The US Environmental Protection Agency estimates just over 2.4 million gallons of SAF were produced there in 2019, compared to 21.5 billion gallons of conventional kerosene used by US airlines, making SAF only 0.01% of its total jet fuel supply.

“Across the Atlantic, there is more optimism conversion to SAF is achievable”

As part of Jet Zero, the UK government has committed to building “at least five” commercial scale SAF plants by 2025, helped by £165 million from the Advanced Fuels Fund. Of this, £22 million will be reserved for direct air capture projects – the most sustainable form of SAF because it combines captured CO² with hydrogen to make liquid fuel.

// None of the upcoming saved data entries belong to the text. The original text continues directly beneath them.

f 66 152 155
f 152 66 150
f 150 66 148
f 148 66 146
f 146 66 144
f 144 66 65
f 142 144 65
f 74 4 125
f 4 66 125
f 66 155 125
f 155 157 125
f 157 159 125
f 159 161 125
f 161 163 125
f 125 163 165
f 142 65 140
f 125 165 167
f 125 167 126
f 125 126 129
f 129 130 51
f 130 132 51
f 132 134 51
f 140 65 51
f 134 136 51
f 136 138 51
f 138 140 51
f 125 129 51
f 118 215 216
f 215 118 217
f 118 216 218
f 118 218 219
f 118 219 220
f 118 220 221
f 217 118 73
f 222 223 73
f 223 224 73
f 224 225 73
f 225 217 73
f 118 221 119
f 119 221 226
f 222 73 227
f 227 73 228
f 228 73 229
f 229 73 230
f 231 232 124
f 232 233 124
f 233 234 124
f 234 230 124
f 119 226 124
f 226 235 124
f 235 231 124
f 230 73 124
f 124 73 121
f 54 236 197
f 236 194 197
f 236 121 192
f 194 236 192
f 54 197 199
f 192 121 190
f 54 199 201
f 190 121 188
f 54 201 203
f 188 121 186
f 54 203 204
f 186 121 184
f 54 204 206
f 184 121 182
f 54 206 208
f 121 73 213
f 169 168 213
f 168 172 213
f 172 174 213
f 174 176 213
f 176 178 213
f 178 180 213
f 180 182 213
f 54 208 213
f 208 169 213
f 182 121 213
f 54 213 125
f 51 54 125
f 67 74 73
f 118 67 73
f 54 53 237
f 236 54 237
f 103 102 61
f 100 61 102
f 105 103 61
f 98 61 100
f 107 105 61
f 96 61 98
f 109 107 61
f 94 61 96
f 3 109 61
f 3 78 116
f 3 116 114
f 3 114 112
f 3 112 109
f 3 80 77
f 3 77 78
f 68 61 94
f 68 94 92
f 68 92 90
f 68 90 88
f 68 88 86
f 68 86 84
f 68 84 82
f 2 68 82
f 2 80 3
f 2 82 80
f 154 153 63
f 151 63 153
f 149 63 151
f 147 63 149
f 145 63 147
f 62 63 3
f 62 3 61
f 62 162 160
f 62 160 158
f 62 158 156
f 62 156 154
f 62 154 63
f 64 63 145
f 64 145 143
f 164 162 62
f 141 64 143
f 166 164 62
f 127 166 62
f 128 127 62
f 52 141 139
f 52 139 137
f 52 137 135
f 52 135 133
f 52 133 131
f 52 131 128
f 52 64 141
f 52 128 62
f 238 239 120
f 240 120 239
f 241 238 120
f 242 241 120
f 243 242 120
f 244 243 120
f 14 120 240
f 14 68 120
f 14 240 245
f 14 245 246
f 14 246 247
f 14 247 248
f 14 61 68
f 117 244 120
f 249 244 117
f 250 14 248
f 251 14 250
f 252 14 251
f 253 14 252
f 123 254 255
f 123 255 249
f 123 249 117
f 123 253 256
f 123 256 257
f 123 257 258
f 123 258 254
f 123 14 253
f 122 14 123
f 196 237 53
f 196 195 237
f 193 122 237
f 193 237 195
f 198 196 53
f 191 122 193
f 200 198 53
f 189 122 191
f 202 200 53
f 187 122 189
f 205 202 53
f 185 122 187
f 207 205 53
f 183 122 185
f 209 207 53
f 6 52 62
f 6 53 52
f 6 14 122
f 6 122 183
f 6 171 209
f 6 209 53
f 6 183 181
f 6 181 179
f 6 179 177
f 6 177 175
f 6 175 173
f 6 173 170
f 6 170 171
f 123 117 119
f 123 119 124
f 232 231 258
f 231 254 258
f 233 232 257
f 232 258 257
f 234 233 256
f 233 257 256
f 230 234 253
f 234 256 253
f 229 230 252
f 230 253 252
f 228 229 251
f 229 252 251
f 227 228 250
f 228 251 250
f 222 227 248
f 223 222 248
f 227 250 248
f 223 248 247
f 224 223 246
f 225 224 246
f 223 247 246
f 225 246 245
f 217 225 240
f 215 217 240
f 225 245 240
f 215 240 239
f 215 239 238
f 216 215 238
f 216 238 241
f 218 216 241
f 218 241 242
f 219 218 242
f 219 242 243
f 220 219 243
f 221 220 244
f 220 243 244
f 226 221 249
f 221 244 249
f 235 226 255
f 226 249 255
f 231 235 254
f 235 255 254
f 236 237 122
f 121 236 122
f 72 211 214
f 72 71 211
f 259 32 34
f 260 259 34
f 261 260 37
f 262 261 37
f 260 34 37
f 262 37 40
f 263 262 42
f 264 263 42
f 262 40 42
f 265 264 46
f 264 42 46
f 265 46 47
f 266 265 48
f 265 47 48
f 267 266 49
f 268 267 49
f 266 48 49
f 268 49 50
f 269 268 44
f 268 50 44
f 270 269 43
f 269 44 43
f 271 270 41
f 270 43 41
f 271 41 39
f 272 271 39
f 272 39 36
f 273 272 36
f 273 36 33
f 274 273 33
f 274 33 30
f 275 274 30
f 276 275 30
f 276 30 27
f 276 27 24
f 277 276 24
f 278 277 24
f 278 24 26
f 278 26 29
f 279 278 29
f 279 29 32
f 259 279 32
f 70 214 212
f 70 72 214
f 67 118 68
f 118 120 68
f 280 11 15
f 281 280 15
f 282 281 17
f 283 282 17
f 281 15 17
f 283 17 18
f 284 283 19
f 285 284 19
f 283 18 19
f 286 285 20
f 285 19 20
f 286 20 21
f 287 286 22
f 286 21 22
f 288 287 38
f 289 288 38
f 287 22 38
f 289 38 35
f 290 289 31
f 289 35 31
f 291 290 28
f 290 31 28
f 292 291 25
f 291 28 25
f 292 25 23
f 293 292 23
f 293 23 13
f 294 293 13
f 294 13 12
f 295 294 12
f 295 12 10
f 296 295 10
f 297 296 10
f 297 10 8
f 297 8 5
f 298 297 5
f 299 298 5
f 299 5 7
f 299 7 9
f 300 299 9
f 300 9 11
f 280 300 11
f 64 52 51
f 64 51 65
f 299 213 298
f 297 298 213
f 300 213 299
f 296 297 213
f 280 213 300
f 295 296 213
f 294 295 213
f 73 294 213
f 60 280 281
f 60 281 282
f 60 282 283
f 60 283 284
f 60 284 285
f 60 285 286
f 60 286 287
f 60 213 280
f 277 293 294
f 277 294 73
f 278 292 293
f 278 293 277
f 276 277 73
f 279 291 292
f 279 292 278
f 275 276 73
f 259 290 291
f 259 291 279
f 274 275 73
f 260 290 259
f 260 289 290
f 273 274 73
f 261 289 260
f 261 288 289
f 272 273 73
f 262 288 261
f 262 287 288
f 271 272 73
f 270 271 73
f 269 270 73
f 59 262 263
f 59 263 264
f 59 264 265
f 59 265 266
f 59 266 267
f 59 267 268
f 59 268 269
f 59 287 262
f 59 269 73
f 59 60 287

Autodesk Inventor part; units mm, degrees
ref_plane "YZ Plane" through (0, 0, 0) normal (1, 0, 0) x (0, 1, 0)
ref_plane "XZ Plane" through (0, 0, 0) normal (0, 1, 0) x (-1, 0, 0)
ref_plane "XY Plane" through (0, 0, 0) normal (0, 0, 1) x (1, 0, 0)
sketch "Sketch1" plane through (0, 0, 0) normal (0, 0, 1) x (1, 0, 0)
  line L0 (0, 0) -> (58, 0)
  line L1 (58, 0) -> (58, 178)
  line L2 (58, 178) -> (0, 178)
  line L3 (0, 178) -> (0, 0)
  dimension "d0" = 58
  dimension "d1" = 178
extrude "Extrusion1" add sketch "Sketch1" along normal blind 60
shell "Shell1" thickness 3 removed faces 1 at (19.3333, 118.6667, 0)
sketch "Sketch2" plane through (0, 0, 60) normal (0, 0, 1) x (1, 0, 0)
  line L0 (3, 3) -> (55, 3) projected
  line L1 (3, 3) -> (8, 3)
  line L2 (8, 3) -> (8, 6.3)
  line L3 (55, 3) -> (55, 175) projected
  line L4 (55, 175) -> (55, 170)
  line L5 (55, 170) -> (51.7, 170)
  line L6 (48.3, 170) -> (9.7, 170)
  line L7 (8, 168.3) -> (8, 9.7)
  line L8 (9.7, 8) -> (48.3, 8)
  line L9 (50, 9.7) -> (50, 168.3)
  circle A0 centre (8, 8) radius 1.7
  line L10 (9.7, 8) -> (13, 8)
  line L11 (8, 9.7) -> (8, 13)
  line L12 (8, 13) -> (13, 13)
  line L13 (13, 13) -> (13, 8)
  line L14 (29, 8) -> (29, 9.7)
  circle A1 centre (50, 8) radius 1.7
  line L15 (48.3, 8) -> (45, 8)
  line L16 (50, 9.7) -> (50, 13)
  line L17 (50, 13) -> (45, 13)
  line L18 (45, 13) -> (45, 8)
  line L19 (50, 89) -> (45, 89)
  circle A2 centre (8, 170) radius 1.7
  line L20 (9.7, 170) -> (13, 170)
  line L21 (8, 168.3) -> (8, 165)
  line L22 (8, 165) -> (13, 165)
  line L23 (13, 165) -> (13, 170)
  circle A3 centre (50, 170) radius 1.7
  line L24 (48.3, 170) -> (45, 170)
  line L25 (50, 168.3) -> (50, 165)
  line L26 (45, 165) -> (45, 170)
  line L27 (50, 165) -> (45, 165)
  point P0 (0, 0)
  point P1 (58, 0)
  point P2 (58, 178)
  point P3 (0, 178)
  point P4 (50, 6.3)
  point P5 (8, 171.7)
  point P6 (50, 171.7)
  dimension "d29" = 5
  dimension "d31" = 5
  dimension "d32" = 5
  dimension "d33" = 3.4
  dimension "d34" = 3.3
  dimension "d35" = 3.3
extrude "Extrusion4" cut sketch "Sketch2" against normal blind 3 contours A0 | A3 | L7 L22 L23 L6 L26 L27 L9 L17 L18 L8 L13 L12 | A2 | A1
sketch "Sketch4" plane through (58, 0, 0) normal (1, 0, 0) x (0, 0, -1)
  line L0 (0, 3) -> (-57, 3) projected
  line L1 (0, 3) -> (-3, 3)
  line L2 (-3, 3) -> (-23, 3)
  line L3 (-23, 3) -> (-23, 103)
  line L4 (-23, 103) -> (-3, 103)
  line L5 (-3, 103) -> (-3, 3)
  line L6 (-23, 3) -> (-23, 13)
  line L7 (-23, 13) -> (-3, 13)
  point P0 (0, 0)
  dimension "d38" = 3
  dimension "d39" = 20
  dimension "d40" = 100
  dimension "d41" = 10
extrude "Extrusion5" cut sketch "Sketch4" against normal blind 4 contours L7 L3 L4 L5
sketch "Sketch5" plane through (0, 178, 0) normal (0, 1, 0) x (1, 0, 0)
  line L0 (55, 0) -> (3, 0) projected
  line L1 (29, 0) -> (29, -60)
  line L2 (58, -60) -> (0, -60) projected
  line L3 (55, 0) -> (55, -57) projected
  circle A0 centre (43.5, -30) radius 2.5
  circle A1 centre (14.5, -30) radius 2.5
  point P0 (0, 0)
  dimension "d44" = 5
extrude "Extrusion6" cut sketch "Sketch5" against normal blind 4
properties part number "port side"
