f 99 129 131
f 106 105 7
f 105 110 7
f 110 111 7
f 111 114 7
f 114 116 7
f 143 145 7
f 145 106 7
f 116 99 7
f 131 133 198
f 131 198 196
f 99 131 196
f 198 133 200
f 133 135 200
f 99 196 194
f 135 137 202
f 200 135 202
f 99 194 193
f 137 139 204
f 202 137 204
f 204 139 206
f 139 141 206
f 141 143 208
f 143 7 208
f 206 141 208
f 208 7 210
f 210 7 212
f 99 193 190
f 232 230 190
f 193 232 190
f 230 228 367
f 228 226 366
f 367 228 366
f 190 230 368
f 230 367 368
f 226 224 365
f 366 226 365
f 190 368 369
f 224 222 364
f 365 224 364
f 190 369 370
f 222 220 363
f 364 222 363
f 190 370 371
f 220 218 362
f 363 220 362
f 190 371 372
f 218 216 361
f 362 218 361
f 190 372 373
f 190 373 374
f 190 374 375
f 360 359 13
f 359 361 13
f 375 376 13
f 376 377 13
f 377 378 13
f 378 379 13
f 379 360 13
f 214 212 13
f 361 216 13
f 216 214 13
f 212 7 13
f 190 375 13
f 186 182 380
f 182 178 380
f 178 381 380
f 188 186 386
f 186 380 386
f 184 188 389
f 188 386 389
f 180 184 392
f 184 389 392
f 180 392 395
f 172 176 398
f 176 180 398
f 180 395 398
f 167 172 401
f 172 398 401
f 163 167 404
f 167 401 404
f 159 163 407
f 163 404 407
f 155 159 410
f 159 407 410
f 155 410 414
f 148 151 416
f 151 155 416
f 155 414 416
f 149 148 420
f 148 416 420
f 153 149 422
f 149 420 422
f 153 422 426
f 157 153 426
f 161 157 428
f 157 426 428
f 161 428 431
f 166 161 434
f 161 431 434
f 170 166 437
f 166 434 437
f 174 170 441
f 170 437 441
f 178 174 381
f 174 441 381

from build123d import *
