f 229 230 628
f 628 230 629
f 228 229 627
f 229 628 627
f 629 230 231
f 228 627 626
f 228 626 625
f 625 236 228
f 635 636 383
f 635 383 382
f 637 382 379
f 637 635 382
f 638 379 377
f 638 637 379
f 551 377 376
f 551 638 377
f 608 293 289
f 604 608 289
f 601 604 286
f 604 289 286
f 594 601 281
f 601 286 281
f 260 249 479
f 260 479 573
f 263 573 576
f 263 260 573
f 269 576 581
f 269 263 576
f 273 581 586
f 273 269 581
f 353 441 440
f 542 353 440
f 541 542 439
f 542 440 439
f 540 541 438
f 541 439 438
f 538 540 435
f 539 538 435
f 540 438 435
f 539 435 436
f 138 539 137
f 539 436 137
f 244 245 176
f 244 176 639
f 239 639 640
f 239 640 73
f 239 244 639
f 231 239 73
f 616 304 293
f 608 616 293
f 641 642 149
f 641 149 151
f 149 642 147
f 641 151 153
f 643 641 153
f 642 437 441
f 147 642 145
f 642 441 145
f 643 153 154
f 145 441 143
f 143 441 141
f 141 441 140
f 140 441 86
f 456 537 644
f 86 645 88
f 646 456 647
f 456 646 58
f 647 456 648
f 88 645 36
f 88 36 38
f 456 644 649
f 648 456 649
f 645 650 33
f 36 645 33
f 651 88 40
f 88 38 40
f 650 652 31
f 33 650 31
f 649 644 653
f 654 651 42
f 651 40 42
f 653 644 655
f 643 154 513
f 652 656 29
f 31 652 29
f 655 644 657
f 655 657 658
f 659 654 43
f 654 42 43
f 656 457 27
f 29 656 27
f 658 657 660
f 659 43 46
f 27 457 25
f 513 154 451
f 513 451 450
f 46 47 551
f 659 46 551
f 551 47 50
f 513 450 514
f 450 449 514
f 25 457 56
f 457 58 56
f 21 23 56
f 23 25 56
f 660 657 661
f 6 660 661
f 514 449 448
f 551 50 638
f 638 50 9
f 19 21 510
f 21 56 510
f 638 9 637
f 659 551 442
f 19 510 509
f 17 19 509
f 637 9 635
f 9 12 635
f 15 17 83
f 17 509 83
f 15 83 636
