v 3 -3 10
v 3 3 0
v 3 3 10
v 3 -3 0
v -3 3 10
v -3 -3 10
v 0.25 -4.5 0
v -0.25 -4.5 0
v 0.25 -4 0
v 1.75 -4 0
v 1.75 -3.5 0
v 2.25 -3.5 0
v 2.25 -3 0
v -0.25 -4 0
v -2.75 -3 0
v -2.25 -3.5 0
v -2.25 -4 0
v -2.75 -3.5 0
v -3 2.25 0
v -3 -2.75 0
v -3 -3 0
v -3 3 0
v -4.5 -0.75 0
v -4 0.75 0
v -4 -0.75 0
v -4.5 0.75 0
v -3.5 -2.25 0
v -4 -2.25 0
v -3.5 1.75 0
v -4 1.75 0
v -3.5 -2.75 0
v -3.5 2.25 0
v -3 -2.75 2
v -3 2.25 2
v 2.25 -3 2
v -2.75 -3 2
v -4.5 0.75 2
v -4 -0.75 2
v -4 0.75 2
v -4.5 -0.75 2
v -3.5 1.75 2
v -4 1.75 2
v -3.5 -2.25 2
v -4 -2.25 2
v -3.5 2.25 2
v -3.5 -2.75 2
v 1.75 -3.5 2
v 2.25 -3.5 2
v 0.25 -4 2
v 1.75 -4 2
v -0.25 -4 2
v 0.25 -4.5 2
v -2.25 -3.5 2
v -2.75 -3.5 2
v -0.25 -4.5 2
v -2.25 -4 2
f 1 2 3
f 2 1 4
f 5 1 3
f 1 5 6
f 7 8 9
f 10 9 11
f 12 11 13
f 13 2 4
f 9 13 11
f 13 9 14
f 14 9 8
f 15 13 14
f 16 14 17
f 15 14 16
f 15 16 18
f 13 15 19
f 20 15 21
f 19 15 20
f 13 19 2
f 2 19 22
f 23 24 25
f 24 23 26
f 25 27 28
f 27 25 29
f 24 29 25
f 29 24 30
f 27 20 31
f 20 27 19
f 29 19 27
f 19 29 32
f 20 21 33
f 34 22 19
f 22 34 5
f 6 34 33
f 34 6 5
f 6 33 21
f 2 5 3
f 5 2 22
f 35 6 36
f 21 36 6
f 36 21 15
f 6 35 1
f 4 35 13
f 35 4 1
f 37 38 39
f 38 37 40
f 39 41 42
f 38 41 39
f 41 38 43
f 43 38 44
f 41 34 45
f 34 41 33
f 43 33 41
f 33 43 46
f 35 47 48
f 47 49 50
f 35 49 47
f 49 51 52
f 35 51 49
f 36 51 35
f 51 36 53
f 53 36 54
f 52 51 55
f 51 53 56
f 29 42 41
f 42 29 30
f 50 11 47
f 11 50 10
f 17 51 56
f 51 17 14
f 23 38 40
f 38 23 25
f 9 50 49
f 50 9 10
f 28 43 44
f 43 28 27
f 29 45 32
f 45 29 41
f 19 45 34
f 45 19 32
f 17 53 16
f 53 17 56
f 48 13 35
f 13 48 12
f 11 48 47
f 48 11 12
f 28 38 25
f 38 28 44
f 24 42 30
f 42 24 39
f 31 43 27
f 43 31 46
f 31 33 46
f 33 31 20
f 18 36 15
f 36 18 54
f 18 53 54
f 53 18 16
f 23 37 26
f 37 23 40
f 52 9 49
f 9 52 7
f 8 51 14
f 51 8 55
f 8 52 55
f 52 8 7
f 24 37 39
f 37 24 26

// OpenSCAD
translate([0, 0, 5]) color([0,1,0,0.9]) cube([6, 6, 10], center=true);
translate([-3.25, 0.0, 1]) color([1,0,0]) cube([0.5, 0.5, 2], center=true);
translate([0.0, -3.25, 1]) color([1,0,0]) cube([0.5, 0.5, 2], center=true);
translate([-3.25, -0.5, 1]) color([1,0,0]) cube([0.5, 0.5, 2], center=true);
translate([-3.25, 0.5, 1]) color([1,0,0]) cube([0.5, 0.5, 2], center=true);
translate([-0.5, -3.25, 1]) color([1,0,0]) cube([0.5, 0.5, 2], center=true);
translate([0.5, -3.25, 1]) color([1,0,0]) cube([0.5, 0.5, 2], center=true);
translate([-3.25, -1.0, 1]) color([1,0,0]) cube([0.5, 0.5, 2], center=true);
translate([-3.25, 1.0, 1]) color([1,0,0]) cube([0.5, 0.5, 2], center=true);
translate([-1.0, -3.25, 1]) color([1,0,0]) cube([0.5, 0.5, 2], center=true);
translate([1.0, -3.25, 1]) color([1,0,0]) cube([0.5, 0.5, 2], center=true);
translate([-3.25, -1.5, 1]) color([1,0,0]) cube([0.5, 0.5, 2], center=true);
translate([-3.25, 1.5, 1]) color([1,0,0]) cube([0.5, 0.5, 2], center=true);
translate([-1.5, -3.25, 1]) color([1,0,0]) cube([0.5, 0.5, 2], center=true);
translate([1.5, -3.25, 1]) color([1,0,0]) cube([0.5, 0.5, 2], center=true);
translate([-3.75, 0.0, 1]) color([1,0,0]) cube([0.5, 0.5, 2], center=true);
translate([0.0, -3.75, 1]) color([1,0,0]) cube([0.5, 0.5, 2], center=true);
translate([-3.75, -0.5, 1]) color([1,0,0]) cube([0.5, 0.5, 2], center=true);
translate([-3.75, 0.5, 1]) color([1,0,0]) cube([0.5, 0.5, 2], center=true);
translate([-0.5, -3.75, 1]) color([1,0,0]) cube([0.5, 0.5, 2], center=true);
translate([0.5, -3.75, 1]) color([1,0,0]) cube([0.5, 0.5, 2], center=true);
translate([-3.25, -2.0, 1]) color([1,0,0]) cube([0.5, 0.5, 2], center=true);
translate([-3.25, 2.0, 1]) color([1,0,0]) cube([0.5, 0.5, 2], center=true);
translate([-2.0, -3.25, 1]) color([1,0,0]) cube([0.5, 0.5, 2], center=true);
translate([2.0, -3.25, 1]) color([1,0,0]) cube([0.5, 0.5, 2], center=true);
translate([-3.75, -1.0, 1]) color([1,0,0]) cube([0.5, 0.5, 2], center=true);
translate([-3.75, 1.0, 1]) color([1,0,0]) cube([0.5, 0.5, 2], center=true);
translate([-1.0, -3.75, 1]) color([1,0,0]) cube([0.5, 0.5, 2], center=true);
translate([1.0, -3.75, 1]) color([1,0,0]) cube([0.5, 0.5, 2], center=true);
translate([-3.75, -1.5, 1]) color([1,0,0]) cube([0.5, 0.5, 2], center=true);
translate([-3.75, 1.5, 1]) color([1,0,0]) cube([0.5, 0.5, 2], center=true);
translate([-1.5, -3.75, 1]) color([1,0,0]) cube([0.5, 0.5, 2], center=true);
translate([1.5, -3.75, 1]) color([1,0,0]) cube([0.5, 0.5, 2], center=true);
translate([-3.25, -2.5, 1]) color([1,0,0]) cube([0.5, 0.5, 2], center=true);
translate([-2.5, -3.25, 1]) color([1,0,0]) cube([0.5, 0.5, 2], center=true);
translate([-4.25, 0.0, 1]) color([1,0,0]) cube([0.5, 0.5, 2], center=true);
translate([-3.75, -2.0, 1]) color([1,0,0]) cube([0.5, 0.5, 2], center=true);
translate([-2.0, -3.75, 1]) color([1,0,0]) cube([0.5, 0.5, 2], center=true);
translate([0.0, -4.25, 1]) color([1,0,0]) cube([0.5, 0.5, 2], center=true);
translate([-4.25, -0.5, 1]) color([1,0,0]) cube([0.5, 0.5, 2], center=true);
translate([-4.25, 0.5, 1]) color([1,0,0]) cube([0.5, 0.5, 2], center=true);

In Europe, a new RefuelEU political agreement sees regulators opt for a mandate approach to build the necessary demand for SAF, but the GBTA believes this needs to be backed by financial support.

Across the Atlantic, there is more optimism conversion to SAF is achievable. The aim of the US Government’s SAF Grand Challenge is to supply 100% of aviation fuel demand by 2050. The US Office of Energy Efficiency and Renewable Energy estimates a billion dry tons of biomass “can be collected sustainably each year”. This includes wood mill waste, corn grain and algae, the latter being a SAF production source in which United Airlines has invested $5 million.

US officials say this would be “enough to produce 50-60 billion gallons of low carbon biofuels, adding: “This vast resource contains enough feedstock to meet the projected fuel demand of the US aviation industry.”

The US ambitions are backed by the government to the tune of $4.3 billion, putting UK investment in the shade.

“Today there is not enough SAF available, so some type of offsetting is needed, and it will probably still be needed in 2040 or 2050”

Here, environmentalists are quick to point out flaws in Jet Zero. In March, climate change charity Possible asked for a judicial review, arguing Jet Zero relies on “pie in the sky technologies”.

“SAF is a blanket phrase the aviation industry has come up with that creates a misleading impression,” said Alethea Warrington, Aviation Campaigns Manager.

“The idea that these fuels will permit the industry to service a 70% increase in demand is completely unrealistic. We need to move away from burning things because there is no sustainable pathway to create fuels from biomass or waste. Biowaste, for example, can be used as fertiliser but not if it’s being burnt in jet engines.”

Warrington adds: “From a business travel perspective, the only answer, unfortunately, is to fly a lot less.”

Andreas Slettvoll, Chief Executive of carbon impact specialists CHOOOSE, believes offsetting, despite its flaws, will be around for decades. “Is it a long-term solution? No. Is it better than doing nothing? I think so,” he says.

“Today there is not enough SAF available, so some type of offsetting is needed, and it will probably still be needed in 2040 or 2050. Will that be the same type of offsetting as today? I hope not, I hope we will see more (carbon) removals.”

Even if SAF production gears up in Europe, Slettvoll points out there will be parts of the world that lag. “There is no SAF in Latin America or Africa, so how do those airlines contribute and more importantly, how do their passengers address it? Today, I don’t see any other model than ‘book and claim’. Most airlines have no chance of local SAF access,” he argues.

When he unveiled Jet Zero, Shapps heralded it as the start of “guilt-free flying”, but many others do not see it that way, particularly with the miniscule amount of SAF available. Excuse the pun, but expect this issue to generate lots more hot air in years to come.